De heeren Sala zijn thans openlijk voor den dag getreden als kunsthandelaren. Zagen wij reeds jarenlang een of ander schilderij in de étalage- kast staan, werden wij wel eens in het keurige zaaltje geleid achter het winkelbedrijf, waar allerlei kunstwerken dooreen hingen en stonden, thans is er een geordende tentoonstelling van een enkelen schilder. Van diens aquarelleer-arbeid slechts. Het is een aardige gedachte van de heeren Sala, het eerst in hun kunsthandel het woord te geven aan een Leidschen schilder.
Van W. v. d, Nat toch, den kloeken werker, is de arbeid in Leiden nog niet overbekend. Een twintigtal forsche aquarellen komen ons in den kunsthandel Sala onder de oogen. De meesten hebben tot onderwerp heidegezichten met schapen. Doch ook andere onderwerpen werden door v. d. Nat behandeld. Uw aandacht roepen we op voor het aquarel: korenbindsters, waar vooral het rechtsche vrouwtje zulk een fraai teeken-achtig en kleurrijk effect maakt tegen de verte van land en lucht. Een poortje te Oegstgeest toont kwaliteiten van coloriet en gevoel voor stemming. Een ander aquarel met het witte huis, ‘t welk met stomp dak tegen de lucht zich afteekent, geeft nog iets beters. Doch jammer dat er enkele gedeelten zijn, welke zich niet volop aansluiten bij de toon- en kleurschoonheid van ‘t geheel.

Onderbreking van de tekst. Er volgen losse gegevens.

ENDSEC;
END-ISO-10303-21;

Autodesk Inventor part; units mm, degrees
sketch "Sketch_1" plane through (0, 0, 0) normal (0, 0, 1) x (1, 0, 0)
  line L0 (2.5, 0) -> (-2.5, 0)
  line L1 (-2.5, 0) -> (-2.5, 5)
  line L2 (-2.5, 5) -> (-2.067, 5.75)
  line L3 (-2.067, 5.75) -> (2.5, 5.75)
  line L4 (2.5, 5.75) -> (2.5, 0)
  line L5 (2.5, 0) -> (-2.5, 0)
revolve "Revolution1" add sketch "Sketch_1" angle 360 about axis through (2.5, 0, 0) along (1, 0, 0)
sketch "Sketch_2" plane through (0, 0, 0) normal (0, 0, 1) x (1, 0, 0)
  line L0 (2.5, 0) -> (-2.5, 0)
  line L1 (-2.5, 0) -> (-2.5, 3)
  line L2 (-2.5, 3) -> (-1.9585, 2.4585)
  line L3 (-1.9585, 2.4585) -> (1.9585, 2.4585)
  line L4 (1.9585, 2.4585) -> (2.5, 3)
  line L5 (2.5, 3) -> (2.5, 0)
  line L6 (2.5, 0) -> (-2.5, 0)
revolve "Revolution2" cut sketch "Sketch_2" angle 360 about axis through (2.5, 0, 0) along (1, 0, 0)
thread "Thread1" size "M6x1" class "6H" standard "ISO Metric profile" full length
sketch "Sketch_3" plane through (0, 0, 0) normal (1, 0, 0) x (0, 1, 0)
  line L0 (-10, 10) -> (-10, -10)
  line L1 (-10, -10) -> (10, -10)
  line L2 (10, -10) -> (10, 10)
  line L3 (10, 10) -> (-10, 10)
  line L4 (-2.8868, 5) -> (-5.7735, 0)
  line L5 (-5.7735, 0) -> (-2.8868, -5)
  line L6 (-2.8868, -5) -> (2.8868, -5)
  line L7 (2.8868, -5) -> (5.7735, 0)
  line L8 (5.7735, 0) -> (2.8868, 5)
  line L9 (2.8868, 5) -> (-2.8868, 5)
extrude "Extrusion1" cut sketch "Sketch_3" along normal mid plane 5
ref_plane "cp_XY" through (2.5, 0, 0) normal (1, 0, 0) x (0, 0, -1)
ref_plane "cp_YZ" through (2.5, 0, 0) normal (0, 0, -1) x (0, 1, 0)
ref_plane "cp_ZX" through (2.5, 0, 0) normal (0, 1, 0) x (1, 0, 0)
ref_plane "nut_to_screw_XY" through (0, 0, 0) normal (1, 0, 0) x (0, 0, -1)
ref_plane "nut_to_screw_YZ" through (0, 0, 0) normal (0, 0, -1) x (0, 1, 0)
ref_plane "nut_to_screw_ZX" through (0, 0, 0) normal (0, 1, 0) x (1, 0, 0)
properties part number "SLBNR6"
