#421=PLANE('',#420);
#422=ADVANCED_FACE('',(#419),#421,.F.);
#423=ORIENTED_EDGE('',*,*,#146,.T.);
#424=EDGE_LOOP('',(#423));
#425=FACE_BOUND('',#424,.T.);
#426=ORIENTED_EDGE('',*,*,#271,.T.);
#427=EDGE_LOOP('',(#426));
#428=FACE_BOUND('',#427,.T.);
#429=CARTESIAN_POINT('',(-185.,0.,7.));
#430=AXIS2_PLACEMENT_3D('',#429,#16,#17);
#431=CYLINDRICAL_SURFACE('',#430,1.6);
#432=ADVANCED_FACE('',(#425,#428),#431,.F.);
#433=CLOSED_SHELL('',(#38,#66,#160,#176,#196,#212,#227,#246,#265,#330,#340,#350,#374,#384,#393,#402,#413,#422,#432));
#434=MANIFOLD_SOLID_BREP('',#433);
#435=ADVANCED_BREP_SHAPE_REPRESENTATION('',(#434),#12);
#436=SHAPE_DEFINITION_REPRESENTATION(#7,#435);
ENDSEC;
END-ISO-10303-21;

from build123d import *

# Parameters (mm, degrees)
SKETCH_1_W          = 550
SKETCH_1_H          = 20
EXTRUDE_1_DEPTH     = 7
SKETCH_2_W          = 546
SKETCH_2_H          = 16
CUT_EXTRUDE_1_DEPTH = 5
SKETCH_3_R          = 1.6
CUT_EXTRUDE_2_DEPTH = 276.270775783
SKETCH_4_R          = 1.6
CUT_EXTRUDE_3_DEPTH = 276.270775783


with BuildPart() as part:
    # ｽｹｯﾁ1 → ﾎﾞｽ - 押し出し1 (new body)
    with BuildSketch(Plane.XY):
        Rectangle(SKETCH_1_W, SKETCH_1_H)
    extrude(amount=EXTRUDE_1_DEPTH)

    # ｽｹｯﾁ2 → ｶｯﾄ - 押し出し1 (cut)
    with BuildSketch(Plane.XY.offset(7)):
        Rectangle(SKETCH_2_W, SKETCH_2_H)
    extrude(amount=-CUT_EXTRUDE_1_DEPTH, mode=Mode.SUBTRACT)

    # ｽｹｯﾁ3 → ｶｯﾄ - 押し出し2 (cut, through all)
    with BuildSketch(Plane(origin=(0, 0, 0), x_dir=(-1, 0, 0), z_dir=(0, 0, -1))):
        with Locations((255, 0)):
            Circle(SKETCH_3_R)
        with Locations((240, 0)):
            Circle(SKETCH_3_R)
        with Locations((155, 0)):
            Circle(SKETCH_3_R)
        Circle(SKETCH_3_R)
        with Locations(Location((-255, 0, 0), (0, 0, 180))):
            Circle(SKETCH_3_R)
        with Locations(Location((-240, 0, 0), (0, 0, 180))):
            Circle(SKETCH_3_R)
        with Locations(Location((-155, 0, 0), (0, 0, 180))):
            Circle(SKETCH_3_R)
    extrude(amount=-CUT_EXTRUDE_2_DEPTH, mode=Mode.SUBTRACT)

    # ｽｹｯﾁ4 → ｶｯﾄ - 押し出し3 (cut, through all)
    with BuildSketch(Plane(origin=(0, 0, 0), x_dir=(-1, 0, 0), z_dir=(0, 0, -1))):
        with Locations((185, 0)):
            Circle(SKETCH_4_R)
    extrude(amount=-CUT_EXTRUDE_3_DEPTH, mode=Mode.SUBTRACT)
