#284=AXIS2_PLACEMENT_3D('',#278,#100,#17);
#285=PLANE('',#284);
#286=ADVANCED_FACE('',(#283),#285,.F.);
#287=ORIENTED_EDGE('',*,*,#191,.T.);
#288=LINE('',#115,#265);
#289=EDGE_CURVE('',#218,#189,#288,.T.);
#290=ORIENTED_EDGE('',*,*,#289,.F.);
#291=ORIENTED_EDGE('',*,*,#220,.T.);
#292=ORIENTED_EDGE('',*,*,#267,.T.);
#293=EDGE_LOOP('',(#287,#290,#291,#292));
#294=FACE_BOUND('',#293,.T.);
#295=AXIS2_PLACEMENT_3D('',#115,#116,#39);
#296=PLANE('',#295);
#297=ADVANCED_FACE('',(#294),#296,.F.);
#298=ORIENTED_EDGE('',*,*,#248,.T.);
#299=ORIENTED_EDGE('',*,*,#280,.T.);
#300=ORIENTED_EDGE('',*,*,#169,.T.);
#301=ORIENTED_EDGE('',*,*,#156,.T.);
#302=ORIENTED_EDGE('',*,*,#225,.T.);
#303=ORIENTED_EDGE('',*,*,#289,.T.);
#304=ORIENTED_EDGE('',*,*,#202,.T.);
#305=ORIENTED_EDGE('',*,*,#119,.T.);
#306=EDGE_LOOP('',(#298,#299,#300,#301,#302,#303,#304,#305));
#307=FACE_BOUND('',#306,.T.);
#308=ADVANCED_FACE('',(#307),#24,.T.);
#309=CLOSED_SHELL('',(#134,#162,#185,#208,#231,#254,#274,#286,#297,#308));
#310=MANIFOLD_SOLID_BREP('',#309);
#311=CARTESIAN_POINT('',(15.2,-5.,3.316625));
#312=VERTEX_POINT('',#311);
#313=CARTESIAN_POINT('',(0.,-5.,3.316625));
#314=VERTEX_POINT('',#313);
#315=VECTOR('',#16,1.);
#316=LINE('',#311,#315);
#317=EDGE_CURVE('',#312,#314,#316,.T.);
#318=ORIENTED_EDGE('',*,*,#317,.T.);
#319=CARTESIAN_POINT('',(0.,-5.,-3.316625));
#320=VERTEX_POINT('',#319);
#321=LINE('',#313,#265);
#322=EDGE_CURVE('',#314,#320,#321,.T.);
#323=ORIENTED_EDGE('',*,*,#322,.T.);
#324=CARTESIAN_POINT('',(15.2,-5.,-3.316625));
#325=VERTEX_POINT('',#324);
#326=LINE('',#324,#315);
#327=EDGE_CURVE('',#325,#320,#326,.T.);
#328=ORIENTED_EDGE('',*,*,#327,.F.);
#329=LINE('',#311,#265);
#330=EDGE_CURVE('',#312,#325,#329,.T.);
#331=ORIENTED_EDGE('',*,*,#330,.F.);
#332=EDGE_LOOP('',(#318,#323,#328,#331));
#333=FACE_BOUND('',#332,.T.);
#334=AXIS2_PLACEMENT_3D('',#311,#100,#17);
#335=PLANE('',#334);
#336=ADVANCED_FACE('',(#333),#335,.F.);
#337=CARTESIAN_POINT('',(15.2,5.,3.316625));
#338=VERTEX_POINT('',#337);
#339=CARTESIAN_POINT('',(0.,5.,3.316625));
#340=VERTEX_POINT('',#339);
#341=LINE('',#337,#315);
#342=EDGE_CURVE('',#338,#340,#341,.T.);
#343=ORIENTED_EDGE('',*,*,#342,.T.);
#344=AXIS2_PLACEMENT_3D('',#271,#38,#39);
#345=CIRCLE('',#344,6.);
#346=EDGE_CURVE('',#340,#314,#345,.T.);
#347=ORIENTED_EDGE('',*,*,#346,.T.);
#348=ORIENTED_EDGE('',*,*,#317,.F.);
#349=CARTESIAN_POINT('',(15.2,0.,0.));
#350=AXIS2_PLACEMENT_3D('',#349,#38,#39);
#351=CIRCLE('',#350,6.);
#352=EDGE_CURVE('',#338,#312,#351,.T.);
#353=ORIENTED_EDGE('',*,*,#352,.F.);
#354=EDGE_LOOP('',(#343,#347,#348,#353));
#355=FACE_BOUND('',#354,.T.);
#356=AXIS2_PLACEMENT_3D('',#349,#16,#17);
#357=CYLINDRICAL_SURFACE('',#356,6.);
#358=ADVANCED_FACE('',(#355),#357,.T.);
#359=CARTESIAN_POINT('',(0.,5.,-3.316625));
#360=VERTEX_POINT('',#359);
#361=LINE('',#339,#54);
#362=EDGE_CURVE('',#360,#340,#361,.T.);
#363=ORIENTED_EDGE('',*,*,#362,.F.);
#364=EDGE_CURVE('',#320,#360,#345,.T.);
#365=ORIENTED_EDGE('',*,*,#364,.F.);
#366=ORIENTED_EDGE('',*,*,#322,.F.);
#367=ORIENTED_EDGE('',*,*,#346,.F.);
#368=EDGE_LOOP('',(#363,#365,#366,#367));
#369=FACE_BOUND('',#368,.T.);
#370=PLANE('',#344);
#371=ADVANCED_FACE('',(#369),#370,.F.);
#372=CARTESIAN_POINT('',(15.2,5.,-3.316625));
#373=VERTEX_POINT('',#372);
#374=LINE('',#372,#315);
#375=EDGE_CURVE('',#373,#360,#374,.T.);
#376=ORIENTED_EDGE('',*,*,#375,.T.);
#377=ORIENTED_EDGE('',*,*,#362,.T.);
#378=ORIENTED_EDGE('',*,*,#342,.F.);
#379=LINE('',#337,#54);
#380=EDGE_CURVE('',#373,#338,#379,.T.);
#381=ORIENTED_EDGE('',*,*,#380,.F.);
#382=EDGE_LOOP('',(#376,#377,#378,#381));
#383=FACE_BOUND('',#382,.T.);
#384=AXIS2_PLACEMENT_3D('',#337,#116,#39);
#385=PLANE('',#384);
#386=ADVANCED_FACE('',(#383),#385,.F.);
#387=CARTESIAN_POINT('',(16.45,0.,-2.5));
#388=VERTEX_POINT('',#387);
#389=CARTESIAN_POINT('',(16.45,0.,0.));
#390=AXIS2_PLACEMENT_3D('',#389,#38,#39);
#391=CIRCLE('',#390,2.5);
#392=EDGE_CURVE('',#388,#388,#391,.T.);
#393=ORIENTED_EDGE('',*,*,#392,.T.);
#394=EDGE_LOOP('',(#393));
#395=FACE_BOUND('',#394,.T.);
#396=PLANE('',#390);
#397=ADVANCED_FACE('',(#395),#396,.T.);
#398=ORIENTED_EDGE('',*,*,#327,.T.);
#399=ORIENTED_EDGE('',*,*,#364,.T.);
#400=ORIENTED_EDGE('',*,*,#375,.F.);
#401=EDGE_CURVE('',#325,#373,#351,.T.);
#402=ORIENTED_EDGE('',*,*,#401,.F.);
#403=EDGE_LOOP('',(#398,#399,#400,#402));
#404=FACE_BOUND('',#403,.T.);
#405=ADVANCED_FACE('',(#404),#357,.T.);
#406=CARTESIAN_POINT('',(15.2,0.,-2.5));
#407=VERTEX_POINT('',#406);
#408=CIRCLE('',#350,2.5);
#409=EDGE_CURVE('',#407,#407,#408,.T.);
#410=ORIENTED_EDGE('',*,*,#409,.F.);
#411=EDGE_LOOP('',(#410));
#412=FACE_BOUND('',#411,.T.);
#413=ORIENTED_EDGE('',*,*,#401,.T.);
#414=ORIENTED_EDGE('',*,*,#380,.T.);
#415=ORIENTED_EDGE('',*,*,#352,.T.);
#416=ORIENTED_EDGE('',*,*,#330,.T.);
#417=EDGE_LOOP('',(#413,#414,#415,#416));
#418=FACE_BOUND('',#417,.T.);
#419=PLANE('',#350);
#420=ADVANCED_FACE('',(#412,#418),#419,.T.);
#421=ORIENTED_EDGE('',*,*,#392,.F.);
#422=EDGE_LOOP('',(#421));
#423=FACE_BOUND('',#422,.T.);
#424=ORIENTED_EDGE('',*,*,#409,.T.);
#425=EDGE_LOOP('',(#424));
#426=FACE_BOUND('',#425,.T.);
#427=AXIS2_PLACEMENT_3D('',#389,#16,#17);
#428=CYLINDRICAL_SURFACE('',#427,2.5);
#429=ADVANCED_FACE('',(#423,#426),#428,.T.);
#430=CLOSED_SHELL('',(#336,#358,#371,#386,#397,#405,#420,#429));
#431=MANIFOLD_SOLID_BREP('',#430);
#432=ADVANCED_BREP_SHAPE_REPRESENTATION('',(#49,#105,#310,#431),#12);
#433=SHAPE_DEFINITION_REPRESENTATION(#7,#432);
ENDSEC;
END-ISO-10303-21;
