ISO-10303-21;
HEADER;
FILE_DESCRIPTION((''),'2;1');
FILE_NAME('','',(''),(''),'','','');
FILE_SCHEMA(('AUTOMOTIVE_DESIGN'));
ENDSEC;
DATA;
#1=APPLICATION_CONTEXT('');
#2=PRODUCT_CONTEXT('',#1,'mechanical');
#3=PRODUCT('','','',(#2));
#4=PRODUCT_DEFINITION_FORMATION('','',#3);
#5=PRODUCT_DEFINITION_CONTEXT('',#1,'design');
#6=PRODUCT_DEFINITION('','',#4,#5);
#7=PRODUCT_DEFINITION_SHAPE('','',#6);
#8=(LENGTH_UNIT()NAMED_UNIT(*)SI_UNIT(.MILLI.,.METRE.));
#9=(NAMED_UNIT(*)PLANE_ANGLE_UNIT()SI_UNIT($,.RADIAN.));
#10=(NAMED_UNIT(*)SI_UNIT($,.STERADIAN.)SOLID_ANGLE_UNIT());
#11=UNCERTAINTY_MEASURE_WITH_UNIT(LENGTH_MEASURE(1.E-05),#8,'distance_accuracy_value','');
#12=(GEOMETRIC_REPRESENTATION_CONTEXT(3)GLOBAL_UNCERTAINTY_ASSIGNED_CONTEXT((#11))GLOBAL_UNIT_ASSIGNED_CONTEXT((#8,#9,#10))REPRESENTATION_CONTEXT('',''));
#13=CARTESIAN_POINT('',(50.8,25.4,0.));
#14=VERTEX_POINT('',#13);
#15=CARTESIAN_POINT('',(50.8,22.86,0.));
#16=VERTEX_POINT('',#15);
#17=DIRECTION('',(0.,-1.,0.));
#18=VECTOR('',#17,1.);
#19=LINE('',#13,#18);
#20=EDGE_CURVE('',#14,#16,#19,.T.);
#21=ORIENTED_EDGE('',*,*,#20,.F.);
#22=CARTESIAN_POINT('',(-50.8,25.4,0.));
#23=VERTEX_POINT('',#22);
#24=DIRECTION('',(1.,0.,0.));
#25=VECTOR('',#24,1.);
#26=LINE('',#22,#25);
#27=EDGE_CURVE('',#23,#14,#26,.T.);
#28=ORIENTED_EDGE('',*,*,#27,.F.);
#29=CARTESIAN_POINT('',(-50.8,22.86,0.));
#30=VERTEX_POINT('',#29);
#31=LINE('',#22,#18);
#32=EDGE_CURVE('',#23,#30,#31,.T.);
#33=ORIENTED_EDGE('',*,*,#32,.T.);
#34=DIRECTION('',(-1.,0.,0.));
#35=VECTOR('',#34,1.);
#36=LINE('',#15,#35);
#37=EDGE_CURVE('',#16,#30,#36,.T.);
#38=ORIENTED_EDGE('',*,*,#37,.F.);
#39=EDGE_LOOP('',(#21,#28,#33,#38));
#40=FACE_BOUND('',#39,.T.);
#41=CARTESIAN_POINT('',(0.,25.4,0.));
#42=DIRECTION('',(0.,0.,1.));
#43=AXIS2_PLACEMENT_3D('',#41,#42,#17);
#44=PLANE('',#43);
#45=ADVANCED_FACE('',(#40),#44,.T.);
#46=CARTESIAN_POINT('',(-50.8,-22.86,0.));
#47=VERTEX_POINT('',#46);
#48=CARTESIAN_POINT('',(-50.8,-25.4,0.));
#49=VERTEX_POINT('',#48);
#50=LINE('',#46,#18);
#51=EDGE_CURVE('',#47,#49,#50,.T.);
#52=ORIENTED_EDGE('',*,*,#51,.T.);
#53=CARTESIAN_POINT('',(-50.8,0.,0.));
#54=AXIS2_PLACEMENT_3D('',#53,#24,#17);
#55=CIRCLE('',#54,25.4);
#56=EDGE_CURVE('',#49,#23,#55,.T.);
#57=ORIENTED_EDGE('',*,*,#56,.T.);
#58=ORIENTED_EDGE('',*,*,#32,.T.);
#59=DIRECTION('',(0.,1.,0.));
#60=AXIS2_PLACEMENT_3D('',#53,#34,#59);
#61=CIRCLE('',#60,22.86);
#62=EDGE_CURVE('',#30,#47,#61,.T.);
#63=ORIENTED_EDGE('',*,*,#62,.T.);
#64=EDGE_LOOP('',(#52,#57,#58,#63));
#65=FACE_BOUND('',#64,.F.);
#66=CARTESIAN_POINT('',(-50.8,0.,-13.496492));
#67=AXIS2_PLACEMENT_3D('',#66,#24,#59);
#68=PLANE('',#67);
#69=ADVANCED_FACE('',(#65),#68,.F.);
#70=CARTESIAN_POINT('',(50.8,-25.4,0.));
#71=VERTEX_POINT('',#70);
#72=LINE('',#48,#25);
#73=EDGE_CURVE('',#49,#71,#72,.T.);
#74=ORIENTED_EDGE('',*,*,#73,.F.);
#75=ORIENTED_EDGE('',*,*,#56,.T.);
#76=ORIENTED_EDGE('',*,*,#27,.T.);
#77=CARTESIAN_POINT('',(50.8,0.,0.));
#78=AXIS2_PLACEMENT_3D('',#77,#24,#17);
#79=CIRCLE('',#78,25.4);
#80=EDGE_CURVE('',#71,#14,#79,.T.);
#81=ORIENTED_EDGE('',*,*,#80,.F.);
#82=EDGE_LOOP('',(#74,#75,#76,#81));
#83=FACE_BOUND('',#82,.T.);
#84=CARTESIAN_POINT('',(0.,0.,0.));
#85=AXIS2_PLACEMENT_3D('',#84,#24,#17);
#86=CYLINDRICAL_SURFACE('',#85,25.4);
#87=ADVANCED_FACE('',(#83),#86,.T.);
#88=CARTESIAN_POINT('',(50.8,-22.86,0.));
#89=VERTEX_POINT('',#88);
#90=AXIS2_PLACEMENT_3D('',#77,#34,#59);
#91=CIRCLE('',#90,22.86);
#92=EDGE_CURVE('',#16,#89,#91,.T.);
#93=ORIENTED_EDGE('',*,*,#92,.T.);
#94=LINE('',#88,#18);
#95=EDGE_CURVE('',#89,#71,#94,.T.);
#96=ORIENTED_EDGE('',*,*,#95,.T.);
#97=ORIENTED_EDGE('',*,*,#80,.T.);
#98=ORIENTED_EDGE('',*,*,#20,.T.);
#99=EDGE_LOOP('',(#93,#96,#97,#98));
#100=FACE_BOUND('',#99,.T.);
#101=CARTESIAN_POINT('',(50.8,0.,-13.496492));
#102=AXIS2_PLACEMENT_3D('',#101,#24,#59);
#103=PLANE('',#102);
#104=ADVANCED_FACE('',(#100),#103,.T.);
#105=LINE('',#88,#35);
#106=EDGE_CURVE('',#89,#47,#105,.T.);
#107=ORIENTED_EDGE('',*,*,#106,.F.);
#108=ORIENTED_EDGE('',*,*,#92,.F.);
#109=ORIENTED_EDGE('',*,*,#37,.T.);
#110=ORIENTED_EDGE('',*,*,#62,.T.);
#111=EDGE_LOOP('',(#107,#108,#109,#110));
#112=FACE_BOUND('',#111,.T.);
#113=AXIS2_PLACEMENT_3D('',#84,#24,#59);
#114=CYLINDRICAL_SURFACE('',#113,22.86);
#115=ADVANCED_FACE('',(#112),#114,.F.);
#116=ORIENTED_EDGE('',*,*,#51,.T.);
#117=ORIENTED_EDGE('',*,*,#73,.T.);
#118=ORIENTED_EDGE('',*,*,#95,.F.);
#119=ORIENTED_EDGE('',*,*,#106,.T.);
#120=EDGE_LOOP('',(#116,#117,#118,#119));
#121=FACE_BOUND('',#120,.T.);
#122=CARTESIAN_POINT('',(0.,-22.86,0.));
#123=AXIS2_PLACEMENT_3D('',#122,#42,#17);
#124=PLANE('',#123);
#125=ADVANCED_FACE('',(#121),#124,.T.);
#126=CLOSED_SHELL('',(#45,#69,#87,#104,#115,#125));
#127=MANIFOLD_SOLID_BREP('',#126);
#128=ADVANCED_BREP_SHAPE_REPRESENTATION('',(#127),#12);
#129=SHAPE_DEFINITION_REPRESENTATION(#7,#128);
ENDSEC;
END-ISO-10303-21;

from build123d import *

# Parameters (mm, degrees)
F1_DEPTH      = 50.8
F1_DEPTH_BACK = 50.8


with BuildPart() as f1:
    # F0 (on Right) → F1 (new body, two sides)
    with BuildSketch(Plane.YZ) as f1_sk:
        with BuildLine():
            Line((-22.86, 0), (-25.4, 0))
            ThreePointArc((-25.4, 0), (0, -25.4), (25.4, 0))
            Line((25.4, 0), (22.86, 0))
            ThreePointArc((22.86, 0), (0, -22.86), (-22.86, 0))
        make_face()
    extrude(amount=F1_DEPTH)
    extrude(f1_sk.sketch, amount=-F1_DEPTH_BACK)


solid = f1.part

De schuiten in ‘t water brengen een gegeven in herinnering door v. d. Nat reeds meermalen behandeld. Ook hier treft de geslaagdheid van den arbeid. In veelkleurige toetsjes, doch als geheel fijne grijsheid weet v. d. Nat de bewogenheid van zijn emotie dikwijls op ons over to brengen. Niet steeds. Er zijn aquarellen bij die eigenlijk naast het beste wat hier getoond wordt, het gansch en al niet uithouden. Ondertusschen wenschen wij deze tentoonstelling veel belangstellende kijkers toe.